**Instructions for the task:**
Make a word-for-word copy of the entries below from their first line through the line with "FreeCAD Python script", and add nothing.

------ Data to process

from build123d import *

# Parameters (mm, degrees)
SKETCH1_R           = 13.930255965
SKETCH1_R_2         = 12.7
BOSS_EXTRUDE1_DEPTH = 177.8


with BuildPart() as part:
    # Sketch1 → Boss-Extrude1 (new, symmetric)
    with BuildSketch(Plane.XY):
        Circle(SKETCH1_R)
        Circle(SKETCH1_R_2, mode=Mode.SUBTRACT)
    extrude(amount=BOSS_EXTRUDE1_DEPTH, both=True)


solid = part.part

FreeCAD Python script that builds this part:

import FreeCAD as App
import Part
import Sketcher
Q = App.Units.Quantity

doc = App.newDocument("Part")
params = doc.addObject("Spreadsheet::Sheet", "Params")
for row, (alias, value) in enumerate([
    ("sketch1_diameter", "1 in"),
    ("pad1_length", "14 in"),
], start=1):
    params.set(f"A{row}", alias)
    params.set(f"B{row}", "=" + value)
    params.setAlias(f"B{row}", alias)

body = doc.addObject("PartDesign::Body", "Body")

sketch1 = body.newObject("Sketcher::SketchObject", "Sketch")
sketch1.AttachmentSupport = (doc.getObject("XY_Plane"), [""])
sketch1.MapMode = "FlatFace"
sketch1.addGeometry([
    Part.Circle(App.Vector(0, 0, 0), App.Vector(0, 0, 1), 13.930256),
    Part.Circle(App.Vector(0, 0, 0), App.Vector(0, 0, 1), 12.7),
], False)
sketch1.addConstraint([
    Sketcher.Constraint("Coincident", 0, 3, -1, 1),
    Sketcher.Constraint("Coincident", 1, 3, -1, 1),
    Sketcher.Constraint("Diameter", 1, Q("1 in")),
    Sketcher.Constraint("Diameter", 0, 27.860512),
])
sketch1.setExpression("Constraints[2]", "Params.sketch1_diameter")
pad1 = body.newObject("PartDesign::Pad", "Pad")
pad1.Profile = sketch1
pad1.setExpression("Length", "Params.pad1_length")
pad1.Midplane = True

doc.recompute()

------------

**Expected answer:**
from build123d import *

# Parameters (mm, degrees)
SKETCH1_R           = 13.930255965
SKETCH1_R_2         = 12.7
BOSS_EXTRUDE1_DEPTH = 177.8


with BuildPart() as part:
    # Sketch1 → Boss-Extrude1 (new, symmetric)
    with BuildSketch(Plane.XY):
        Circle(SKETCH1_R)
        Circle(SKETCH1_R_2, mode=Mode.SUBTRACT)
    extrude(amount=BOSS_EXTRUDE1_DEPTH, both=True)


solid = part.part

FreeCAD Python script that builds this part:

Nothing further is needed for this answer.